This content is provided by Schrödinger and reflects their views, opinions, and insights.
The 3rd Food Innovation and Engineering (FOODIE) Conference took place virtually from November 4–6. The FOODIE Conference discussed emerging technologies for food production, analyzed strategies to connect industry and cuisine, and navigated methods to fit the consumer market.
Before the conference, I had the chance to chat with Jeffrey Sanders, a principal scientist at Schrödinger, which was a sponsor of the FOODIE conference. Below is my conversation with Sanders about Schrödinger and the role they play in food engineering.

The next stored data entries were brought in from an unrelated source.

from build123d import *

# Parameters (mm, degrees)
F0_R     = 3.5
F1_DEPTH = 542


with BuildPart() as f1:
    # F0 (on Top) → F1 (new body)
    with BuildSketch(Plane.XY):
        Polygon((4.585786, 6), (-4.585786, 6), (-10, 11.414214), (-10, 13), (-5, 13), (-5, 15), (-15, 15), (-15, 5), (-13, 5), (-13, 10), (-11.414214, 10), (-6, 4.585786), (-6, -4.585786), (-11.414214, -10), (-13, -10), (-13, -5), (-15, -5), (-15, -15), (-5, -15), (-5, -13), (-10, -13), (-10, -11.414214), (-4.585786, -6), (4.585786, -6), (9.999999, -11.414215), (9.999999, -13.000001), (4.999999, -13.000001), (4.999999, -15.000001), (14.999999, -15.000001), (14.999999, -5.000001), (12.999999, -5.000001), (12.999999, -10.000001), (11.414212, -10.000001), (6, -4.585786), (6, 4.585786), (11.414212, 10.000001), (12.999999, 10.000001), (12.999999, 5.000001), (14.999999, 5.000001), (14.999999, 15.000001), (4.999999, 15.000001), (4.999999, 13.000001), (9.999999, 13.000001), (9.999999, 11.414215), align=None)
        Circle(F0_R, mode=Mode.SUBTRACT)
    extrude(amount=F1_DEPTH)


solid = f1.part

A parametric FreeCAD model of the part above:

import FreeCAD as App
import Part
import Sketcher

V = App.Vector

doc = App.newDocument("Part")
body = doc.addObject("PartDesign::Body", "Body")

# Sketch on XY plane
sketch1 = body.newObject("Sketcher::SketchObject", "Sketch")
sketch1.AttachmentSupport = (doc.getObject("XY_Plane"), [""])
sketch1.MapMode = "FlatFace"
sketch1.addGeometry([
    Part.LineSegment(V(4.6, 6, 0), V(-4.6, 6, 0)),  # 0
    Part.LineSegment(V(-4.6, 6, 0), V(-10, 11.4, 0)),  # 1
    Part.LineSegment(V(-10, 11.4, 0), V(-10, 13, 0)),  # 2
    Part.LineSegment(V(-10, 13, 0), V(-5, 13, 0)),  # 3
    Part.LineSegment(V(-5, 13, 0), V(-5, 15, 0)),  # 4
    Part.LineSegment(V(-5, 15, 0), V(-15, 15, 0)),  # 5
    Part.LineSegment(V(-15, 15, 0), V(-15, 5, 0)),  # 6
    Part.LineSegment(V(-15, 5, 0), V(-13, 5, 0)),  # 7
    Part.LineSegment(V(-13, 5, 0), V(-13, 10, 0)),  # 8
    Part.LineSegment(V(-13, 10, 0), V(-11.4, 10, 0)),  # 9
    Part.LineSegment(V(-11.4, 10, 0), V(-6, 4.6, 0)),  # 10
    Part.LineSegment(V(-6, 4.6, 0), V(-6, -4.6, 0)),  # 11
    Part.LineSegment(V(-6, -4.6, 0), V(-11.4, -10, 0)),  # 12
    Part.LineSegment(V(-11.4, -10, 0), V(-13, -10, 0)),  # 13
    Part.LineSegment(V(-13, -10, 0), V(-13, -5, 0)),  # 14
    Part.LineSegment(V(-13, -5, 0), V(-15, -5, 0)),  # 15
    Part.LineSegment(V(-15, -5, 0), V(-15, -15, 0)),  # 16
    Part.LineSegment(V(-15, -15, 0), V(-5, -15, 0)),  # 17
    Part.LineSegment(V(-5, -15, 0), V(-5, -13, 0)),  # 18
    Part.LineSegment(V(-5, -13, 0), V(-10, -13, 0)),  # 19
    Part.LineSegment(V(-10, -13, 0), V(-10, -11.4, 0)),  # 20
    Part.LineSegment(V(-10, -11.4, 0), V(-4.6, -6, 0)),  # 21
    Part.LineSegment(V(-4.6, -6, 0), V(4.6, -6, 0)),  # 22
    Part.LineSegment(V(4.6, -6, 0), V(10, -11.4, 0)),  # 23
    Part.LineSegment(V(10, -11.4, 0), V(10, -13, 0)),  # 24
    Part.LineSegment(V(10, -13, 0), V(5, -13, 0)),  # 25
    Part.LineSegment(V(5, -13, 0), V(5, -15, 0)),  # 26
    Part.LineSegment(V(5, -15, 0), V(15, -15, 0)),  # 27
    Part.LineSegment(V(15, -15, 0), V(15, -5, 0)),  # 28
    Part.LineSegment(V(15, -5, 0), V(13, -5, 0)),  # 29
    Part.LineSegment(V(13, -5, 0), V(13, -10, 0)),  # 30
    Part.LineSegment(V(13, -10, 0), V(11.4, -10, 0)),  # 31
    Part.LineSegment(V(11.4, -10, 0), V(6, -4.6, 0)),  # 32
    Part.LineSegment(V(6, -4.6, 0), V(6, 4.6, 0)),  # 33
    Part.LineSegment(V(6, 4.6, 0), V(11.4, 10, 0)),  # 34
    Part.LineSegment(V(11.4, 10, 0), V(13, 10, 0)),  # 35
    Part.LineSegment(V(13, 10, 0), V(13, 5, 0)),  # 36
    Part.LineSegment(V(13, 5, 0), V(15, 5, 0)),  # 37
    Part.LineSegment(V(15, 5, 0), V(15, 15, 0)),  # 38
    Part.LineSegment(V(15, 15, 0), V(5, 15, 0)),  # 39
    Part.LineSegment(V(5, 15, 0), V(5, 13, 0)),  # 40
    Part.LineSegment(V(5, 13, 0), V(10, 13, 0)),  # 41
    Part.LineSegment(V(10, 13, 0), V(10, 11.4, 0)),  # 42
    Part.LineSegment(V(10, 11.4, 0), V(4.6, 6, 0)),  # 43
    Part.Circle(V(0, 0, 0), V(0, 0, 1), 3.5),  # 44
], False)
sketch1.addConstraint([
    Sketcher.Constraint("Coincident", 0, 2, 1, 1),
    Sketcher.Constraint("Coincident", 1, 2, 2, 1),
    Sketcher.Constraint("Coincident", 2, 2, 3, 1),
    Sketcher.Constraint("Coincident", 3, 2, 4, 1),
    Sketcher.Constraint("Coincident", 4, 2, 5, 1),
    Sketcher.Constraint("Coincident", 5, 2, 6, 1),
    Sketcher.Constraint("Coincident", 6, 2, 7, 1),
    Sketcher.Constraint("Coincident", 7, 2, 8, 1),
    Sketcher.Constraint("Coincident", 8, 2, 9, 1),
    Sketcher.Constraint("Coincident", 9, 2, 10, 1),
    Sketcher.Constraint("Coincident", 10, 2, 11, 1),
    Sketcher.Constraint("Coincident", 11, 2, 12, 1),
    Sketcher.Constraint("Coincident", 12, 2, 13, 1),
    Sketcher.Constraint("Coincident", 13, 2, 14, 1),
    Sketcher.Constraint("Coincident", 14, 2, 15, 1),
    Sketcher.Constraint("Coincident", 15, 2, 16, 1),
    Sketcher.Constraint("Coincident", 16, 2, 17, 1),
    Sketcher.Constraint("Coincident", 17, 2, 18, 1),
    Sketcher.Constraint("Coincident", 18, 2, 19, 1),
    Sketcher.Constraint("Coincident", 19, 2, 20, 1),
    Sketcher.Constraint("Coincident", 20, 2, 21, 1),
    Sketcher.Constraint("Coincident", 21, 2, 22, 1),
    Sketcher.Constraint("Coincident", 22, 2, 23, 1),
    Sketcher.Constraint("Coincident", 23, 2, 24, 1),
    Sketcher.Constraint("Coincident", 24, 2, 25, 1),
    Sketcher.Constraint("Coincident", 25, 2, 26, 1),
    Sketcher.Constraint("Coincident", 26, 2, 27, 1),
    Sketcher.Constraint("Coincident", 27, 2, 28, 1),
    Sketcher.Constraint("Coincident", 28, 2, 29, 1),
    Sketcher.Constraint("Coincident", 29, 2, 30, 1),
    Sketcher.Constraint("Coincident", 30, 2, 31, 1),
    Sketcher.Constraint("Coincident", 31, 2, 32, 1),
    Sketcher.Constraint("Coincident", 32, 2, 33, 1),
    Sketcher.Constraint("Coincident", 33, 2, 34, 1),
    Sketcher.Constraint("Coincident", 34, 2, 35, 1),
    Sketcher.Constraint("Coincident", 35, 2, 36, 1),
    Sketcher.Constraint("Coincident", 36, 2, 37, 1),
    Sketcher.Constraint("Coincident", 37, 2, 38, 1),
    Sketcher.Constraint("Coincident", 38, 2, 39, 1),
    Sketcher.Constraint("Coincident", 39, 2, 40, 1),
    Sketcher.Constraint("Coincident", 40, 2, 41, 1),
    Sketcher.Constraint("Coincident", 41, 2, 42, 1),
    Sketcher.Constraint("Coincident", 42, 2, 43, 1),
    Sketcher.Constraint("Coincident", 43, 2, 0, 1),
    Sketcher.Constraint("Horizontal", 0),
    Sketcher.Constraint("Vertical", 2),
    Sketcher.Constraint("Horizontal", 3),
    Sketcher.Constraint("Vertical", 4),
    Sketcher.Constraint("Horizontal", 5),
    Sketcher.Constraint("Vertical", 6),
    Sketcher.Constraint("Horizontal", 7),
    Sketcher.Constraint("Vertical", 8),
    Sketcher.Constraint("Horizontal", 9),
    Sketcher.Constraint("Vertical", 11),
    Sketcher.Constraint("Horizontal", 13),
    Sketcher.Constraint("Vertical", 14),
    Sketcher.Constraint("Horizontal", 15),
    Sketcher.Constraint("Vertical", 16),
    Sketcher.Constraint("Horizontal", 17),
    Sketcher.Constraint("Vertical", 18),
    Sketcher.Constraint("Horizontal", 19),
    Sketcher.Constraint("Vertical", 20),
    Sketcher.Constraint("Horizontal", 22),
    Sketcher.Constraint("Vertical", 24),
    Sketcher.Constraint("Horizontal", 25),
    Sketcher.Constraint("Vertical", 26),
    Sketcher.Constraint("Horizontal", 27),
    Sketcher.Constraint("Vertical", 28),
    Sketcher.Constraint("Horizontal", 29),
    Sketcher.Constraint("Vertical", 30),
    Sketcher.Constraint("Horizontal", 31),
    Sketcher.Constraint("Vertical", 33),
    Sketcher.Constraint("Horizontal", 35),
    Sketcher.Constraint("Vertical", 36),
    Sketcher.Constraint("Horizontal", 37),
    Sketcher.Constraint("Vertical", 38),
    Sketcher.Constraint("Horizontal", 39),
    Sketcher.Constraint("Vertical", 40),
    Sketcher.Constraint("Horizontal", 41),
    Sketcher.Constraint("Vertical", 42),
    Sketcher.Constraint("Coincident", 44, 3, -1, 1),
    Sketcher.Constraint("Symmetric", 0, 2, 22, 2, -1, 1),
    Sketcher.Constraint("Symmetric", 1, 2, 23, 2, -1, 1),
    Sketcher.Constraint("Symmetric", 3, 2, 25, 2, -1, 1),
    Sketcher.Constraint("Symmetric", 5, 2, 27, 2, -1, 1),
    Sketcher.Constraint("Symmetric", 7, 2, 29, 2, -1, 1),
    Sketcher.Constraint("Symmetric", 9, 2, 31, 2, -1, 1),
    Sketcher.Constraint("Symmetric", 10, 2, 32, 2, -1, 1),
    Sketcher.Constraint("Symmetric", 12, 2, 34, 2, -1, 1),
    Sketcher.Constraint("Symmetric", 14, 2, 36, 2, -1, 1),
    Sketcher.Constraint("Symmetric", 16, 2, 38, 2, -1, 1),
    Sketcher.Constraint("Symmetric", 18, 2, 40, 2, -1, 1),
    Sketcher.Constraint("Symmetric", 20, 2, 42, 2, -1, 1),
    Sketcher.Constraint("Symmetric", 20, 2, 23, 2, -2),
    Sketcher.Constraint("Symmetric", 18, 2, 25, 2, -2),
    Sketcher.Constraint("Symmetric", 16, 2, 27, 2, -2),
    Sketcher.Constraint("Symmetric", 14, 2, 29, 2, -2),
    Sketcher.Constraint("Symmetric", 12, 2, 31, 2, -2),
    Sketcher.Constraint("Parallel", 1, 10),
    Sketcher.Constraint("Perpendicular", 10, 12),
    Sketcher.Constraint("Parallel", 12, 21),
    Sketcher.Constraint("Perpendicular", 32, 34),
    Sketcher.Constraint("Parallel", 34, 43),
    Sketcher.Constraint("Horizontal", 11, 2, 32, 2),
    Sketcher.Constraint("Equal", 35, 2),
    Sketcher.Constraint("Equal", 37, 4),
    Sketcher.Constraint("Equal", 39, 6),
    Sketcher.Constraint("Equal", 41, 8),
    Sketcher.Constraint("Equal", 22, 11),
    Sketcher.Constraint("Equal", 1, 10),
    Sketcher.Constraint("Diameter", 44, 7.0),
    Sketcher.Constraint("DistanceX", 3, 1, 3, 2, 5.0),
    Sketcher.Constraint("DistanceX", 5, 2, 5, 1, 10.0),
    Sketcher.Constraint("DistanceX", 7, 1, 7, 2, 2.0),
    Sketcher.Constraint("DistanceY", -1, 1, 0, 2, 6.0),
    Sketcher.Constraint("DistanceX", 1, 2, -1, 1, 10.0),
    Sketcher.Constraint("DistanceX", 0, 2, 0, 1, 9.171572),
])
pad1 = body.newObject("PartDesign::Pad", "Pad")
pad1.Profile = sketch1
pad1.Length = 542

doc.recompute()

Tell us about the role of Schrödinger in the food engineering landscape.
Schrödinger has been developing cutting-edge computational chemistry tools and helping food and beverage companies to drive research and development for over 30 years. We provide both software tools and training so our customers can develop new formulations, rationalize physicochemical behavior of their existing products, and accelerate the design process. Using simulation as a screening tool, our customers can help prioritize experiments, triage new molecules that may not work as expected, and use predictive models to understand food ingredient properties in real-time.

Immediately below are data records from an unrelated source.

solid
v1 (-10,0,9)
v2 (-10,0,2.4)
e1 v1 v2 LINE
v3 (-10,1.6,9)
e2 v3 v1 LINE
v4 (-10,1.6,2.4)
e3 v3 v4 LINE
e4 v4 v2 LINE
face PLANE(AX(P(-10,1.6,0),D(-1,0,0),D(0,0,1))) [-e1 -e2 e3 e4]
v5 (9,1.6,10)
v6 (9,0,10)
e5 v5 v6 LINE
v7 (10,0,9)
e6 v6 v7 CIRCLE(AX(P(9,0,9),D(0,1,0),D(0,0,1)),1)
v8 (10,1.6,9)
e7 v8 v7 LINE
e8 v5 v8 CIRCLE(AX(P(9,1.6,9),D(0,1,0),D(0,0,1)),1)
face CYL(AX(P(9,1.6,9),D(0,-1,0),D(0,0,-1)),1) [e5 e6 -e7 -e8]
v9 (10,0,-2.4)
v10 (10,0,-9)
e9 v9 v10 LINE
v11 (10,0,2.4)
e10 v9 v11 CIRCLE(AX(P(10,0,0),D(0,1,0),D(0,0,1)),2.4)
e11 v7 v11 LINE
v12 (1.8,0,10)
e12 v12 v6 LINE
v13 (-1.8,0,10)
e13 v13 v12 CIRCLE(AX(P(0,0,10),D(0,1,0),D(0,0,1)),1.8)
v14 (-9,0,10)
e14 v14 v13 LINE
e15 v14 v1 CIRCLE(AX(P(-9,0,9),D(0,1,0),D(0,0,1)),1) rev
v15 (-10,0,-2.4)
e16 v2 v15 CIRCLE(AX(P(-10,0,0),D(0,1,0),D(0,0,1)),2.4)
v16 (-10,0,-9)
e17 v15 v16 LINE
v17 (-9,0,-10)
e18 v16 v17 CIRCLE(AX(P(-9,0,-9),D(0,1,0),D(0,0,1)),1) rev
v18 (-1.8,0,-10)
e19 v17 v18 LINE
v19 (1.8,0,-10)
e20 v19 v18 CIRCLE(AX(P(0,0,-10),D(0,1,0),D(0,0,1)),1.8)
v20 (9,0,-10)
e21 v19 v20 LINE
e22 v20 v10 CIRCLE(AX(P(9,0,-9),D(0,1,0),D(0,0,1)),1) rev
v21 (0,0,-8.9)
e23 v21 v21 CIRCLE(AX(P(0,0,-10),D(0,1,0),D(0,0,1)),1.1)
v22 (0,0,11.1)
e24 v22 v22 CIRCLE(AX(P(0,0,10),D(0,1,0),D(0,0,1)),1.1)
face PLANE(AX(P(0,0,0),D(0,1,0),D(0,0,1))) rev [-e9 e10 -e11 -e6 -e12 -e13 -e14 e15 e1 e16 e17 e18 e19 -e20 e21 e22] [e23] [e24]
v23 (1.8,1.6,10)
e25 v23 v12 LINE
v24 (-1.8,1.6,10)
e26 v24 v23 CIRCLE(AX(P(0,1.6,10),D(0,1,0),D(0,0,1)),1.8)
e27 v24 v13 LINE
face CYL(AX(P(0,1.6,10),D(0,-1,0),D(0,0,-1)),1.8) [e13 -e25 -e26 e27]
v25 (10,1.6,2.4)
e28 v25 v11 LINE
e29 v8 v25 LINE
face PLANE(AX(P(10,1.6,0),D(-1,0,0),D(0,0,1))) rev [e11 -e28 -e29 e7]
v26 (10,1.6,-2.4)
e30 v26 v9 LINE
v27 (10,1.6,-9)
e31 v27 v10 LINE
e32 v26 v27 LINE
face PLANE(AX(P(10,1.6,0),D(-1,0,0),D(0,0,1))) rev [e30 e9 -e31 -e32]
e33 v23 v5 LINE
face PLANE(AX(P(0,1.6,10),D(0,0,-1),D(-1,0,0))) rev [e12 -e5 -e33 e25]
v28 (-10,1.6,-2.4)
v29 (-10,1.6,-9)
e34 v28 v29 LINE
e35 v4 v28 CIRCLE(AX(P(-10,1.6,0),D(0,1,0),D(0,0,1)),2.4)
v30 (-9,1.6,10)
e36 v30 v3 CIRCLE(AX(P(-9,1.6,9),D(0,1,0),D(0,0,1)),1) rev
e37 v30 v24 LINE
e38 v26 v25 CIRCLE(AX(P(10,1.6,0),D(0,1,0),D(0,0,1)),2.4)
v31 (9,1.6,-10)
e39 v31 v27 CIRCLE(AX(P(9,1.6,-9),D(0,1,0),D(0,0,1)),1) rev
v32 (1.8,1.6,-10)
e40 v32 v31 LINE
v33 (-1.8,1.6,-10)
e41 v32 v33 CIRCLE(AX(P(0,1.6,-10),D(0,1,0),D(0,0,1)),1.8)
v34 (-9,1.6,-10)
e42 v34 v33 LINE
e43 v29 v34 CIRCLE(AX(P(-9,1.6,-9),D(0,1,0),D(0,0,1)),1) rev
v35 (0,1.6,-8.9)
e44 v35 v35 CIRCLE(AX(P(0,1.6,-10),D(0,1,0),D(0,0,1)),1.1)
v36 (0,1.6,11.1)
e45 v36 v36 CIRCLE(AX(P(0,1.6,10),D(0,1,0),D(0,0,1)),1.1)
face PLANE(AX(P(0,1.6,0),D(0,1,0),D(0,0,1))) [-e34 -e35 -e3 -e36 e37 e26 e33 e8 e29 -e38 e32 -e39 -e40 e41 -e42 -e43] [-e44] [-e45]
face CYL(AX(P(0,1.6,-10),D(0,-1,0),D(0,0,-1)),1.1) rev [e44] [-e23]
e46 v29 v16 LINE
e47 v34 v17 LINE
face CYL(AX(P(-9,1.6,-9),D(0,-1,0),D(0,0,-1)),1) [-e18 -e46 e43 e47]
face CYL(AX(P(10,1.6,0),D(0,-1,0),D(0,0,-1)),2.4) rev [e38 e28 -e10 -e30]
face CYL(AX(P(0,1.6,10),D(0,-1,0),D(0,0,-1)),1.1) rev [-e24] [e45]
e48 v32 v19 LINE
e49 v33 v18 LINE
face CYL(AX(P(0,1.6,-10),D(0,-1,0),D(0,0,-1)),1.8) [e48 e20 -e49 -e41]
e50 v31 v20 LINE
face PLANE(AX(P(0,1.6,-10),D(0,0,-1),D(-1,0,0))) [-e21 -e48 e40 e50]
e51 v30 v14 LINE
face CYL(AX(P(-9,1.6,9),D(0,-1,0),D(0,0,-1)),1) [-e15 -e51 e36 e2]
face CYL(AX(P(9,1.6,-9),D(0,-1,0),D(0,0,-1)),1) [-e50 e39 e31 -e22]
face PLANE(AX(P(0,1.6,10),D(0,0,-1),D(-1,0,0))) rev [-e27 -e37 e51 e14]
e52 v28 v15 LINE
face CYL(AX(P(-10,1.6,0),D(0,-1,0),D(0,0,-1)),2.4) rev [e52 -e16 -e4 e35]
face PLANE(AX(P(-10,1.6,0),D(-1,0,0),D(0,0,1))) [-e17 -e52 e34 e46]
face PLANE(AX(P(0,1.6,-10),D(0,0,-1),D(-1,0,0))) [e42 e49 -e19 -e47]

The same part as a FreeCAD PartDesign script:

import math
import FreeCAD as App
import Part
import Sketcher
from FreeCAD import Vector
Q = App.Units.Quantity

doc = App.newDocument("Part")
body = doc.addObject("PartDesign::Body", "Body")

sketch1 = body.newObject("Sketcher::SketchObject", "Sketch")
sketch1.AttachmentSupport = (doc.getObject("XZ_Plane"), [""])
sketch1.MapMode = "FlatFace"
sketch1.addGeometry([
    Part.ArcOfCircle(Part.Circle(Vector(0, 10, 0), Vector(0, 0, 1), 1.8), math.radians(0), math.radians(180)),
    Part.LineSegment(Vector(1.8, 10, 0), Vector(9, 10, 0)),
    Part.ArcOfCircle(Part.Circle(Vector(9, 9, 0), Vector(0, 0, 1), 1), math.radians(0), math.radians(90)),
    Part.LineSegment(Vector(10, 9, 0), Vector(10, 2.4, 0)),
    Part.ArcOfCircle(Part.Circle(Vector(10, 0, 0), Vector(0, 0, 1), 2.4), math.radians(90), math.radians(270)),
    Part.LineSegment(Vector(10, -2.4, 0), Vector(10, -9, 0)),
    Part.ArcOfCircle(Part.Circle(Vector(9, -9, 0), Vector(0, 0, 1), 1), math.radians(-90), math.radians(0)),
    Part.LineSegment(Vector(9, -10, 0), Vector(1.8, -10, 0)),
    Part.ArcOfCircle(Part.Circle(Vector(0, -10, 0), Vector(0, 0, 1), 1.8), math.radians(180), math.radians(360)),
    Part.LineSegment(Vector(-1.8, -10, 0), Vector(-9, -10, 0)),
    Part.ArcOfCircle(Part.Circle(Vector(-9, -9, 0), Vector(0, 0, 1), 1), math.radians(-180), math.radians(-90)),
    Part.LineSegment(Vector(-10, -9, 0), Vector(-10, -2.4, 0)),
    Part.ArcOfCircle(Part.Circle(Vector(-10, 0, 0), Vector(0, 0, 1), 2.4), math.radians(-90), math.radians(90)),
    Part.LineSegment(Vector(-10, 2.4, 0), Vector(-10, 9, 0)),
    Part.ArcOfCircle(Part.Circle(Vector(-9, 9, 0), Vector(0, 0, 1), 1), math.radians(90), math.radians(180)),
    Part.LineSegment(Vector(-9, 10, 0), Vector(-1.8, 10, 0)),
    Part.Circle(Vector(0, 10, 0), Vector(0, 0, 1), 1.1),
    Part.Circle(Vector(0, -10, 0), Vector(0, 0, 1), 1.1),
], False)
sketch1.addConstraint([
    Sketcher.Constraint("Coincident", 0, 1, 1, 1),
    Sketcher.Constraint("Tangent", 1, 2, 2, 2),
    Sketcher.Constraint("Tangent", 2, 1, 3, 1),
    Sketcher.Constraint("Coincident", 3, 2, 4, 1),
    Sketcher.Constraint("Coincident", 4, 2, 5, 1),
    Sketcher.Constraint("Tangent", 5, 2, 6, 2),
    Sketcher.Constraint("Tangent", 6, 1, 7, 1),
    Sketcher.Constraint("Coincident", 7, 2, 8, 2),
    Sketcher.Constraint("Coincident", 8, 1, 9, 1),
    Sketcher.Constraint("Tangent", 9, 2, 10, 2),
    Sketcher.Constraint("Tangent", 10, 1, 11, 1),
    Sketcher.Constraint("Coincident", 11, 2, 12, 1),
    Sketcher.Constraint("Coincident", 12, 2, 13, 1),
    Sketcher.Constraint("Tangent", 13, 2, 14, 2),
    Sketcher.Constraint("Tangent", 14, 1, 15, 1),
    Sketcher.Constraint("Coincident", 15, 2, 0, 2),
    Sketcher.Constraint("Horizontal", 1),
    Sketcher.Constraint("Vertical", 3),
    Sketcher.Constraint("Vertical", 5),
    Sketcher.Constraint("Horizontal", 7),
    Sketcher.Constraint("Horizontal", 9),
    Sketcher.Constraint("Vertical", 11),
    Sketcher.Constraint("Vertical", 13),
    Sketcher.Constraint("Horizontal", 15),
    Sketcher.Constraint("Coincident", 16, 3, 0, 3),
    Sketcher.Constraint("Coincident", 17, 3, 8, 3),
    Sketcher.Constraint("Equal", 2, 6),
    Sketcher.Constraint("Equal", 0, 8),
    Sketcher.Constraint("Equal", 6, 10),
    Sketcher.Constraint("Equal", 4, 12),
    Sketcher.Constraint("Equal", 10, 14),
    Sketcher.Constraint("Equal", 16, 17),
    Sketcher.Constraint("Symmetric", 0, 3, 8, 3, -1, 1),
    Sketcher.Constraint("Symmetric", 2, 3, 10, 3, -1, 1),
    Sketcher.Constraint("Symmetric", 4, 3, 12, 3, -1, 1),
    Sketcher.Constraint("Symmetric", 6, 3, 14, 3, -1, 1),
    Sketcher.Constraint("Symmetric", 6, 3, 10, 3, -2),
    Sketcher.Constraint("PointOnObject", 0, 3, -2),
    Sketcher.Constraint("PointOnObject", 4, 3, -1),
    Sketcher.Constraint("Horizontal", 16, 3, 0, 1),
    Sketcher.Constraint("Vertical", 4, 3, 2, 1),
    Sketcher.Constraint("Radius", 2, Q("1 mm")),
    Sketcher.Constraint("Diameter", 16, Q("2.2 mm")),
    Sketcher.Constraint("Radius", 0, Q("1.8 mm")),
    Sketcher.Constraint("Radius", 4, Q("2.4 mm")),
    Sketcher.Constraint("DistanceX", 1, 1, 1, 2, Q("7.2 mm")),
    Sketcher.Constraint("DistanceY", 3, 2, 3, 1, Q("6.6 mm")),
])
pad1 = body.newObject("PartDesign::Pad", "Pad")
pad1.Profile = sketch1
pad1.Length = 1.6
pad1.Reversed = True

doc.recompute()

What interested you to become involved with the FOODIE Conference?
The first year I attended the FOODIE conference I was pleasantly surprised that not only was simulation front and center in many of the scientific sessions, but the predictions from these studies were being applied to the production process for many different types of food products. Most of the simulation studies in the food industry are often much higher time and length scales, lacking molecular details. As the push for multi-scale modeling in many industries is now happening, we thought it made perfect sense to attend FOODIE and see where we could potentially fill in the gaps.
What areas of food engineering do you believe have the most room for growth?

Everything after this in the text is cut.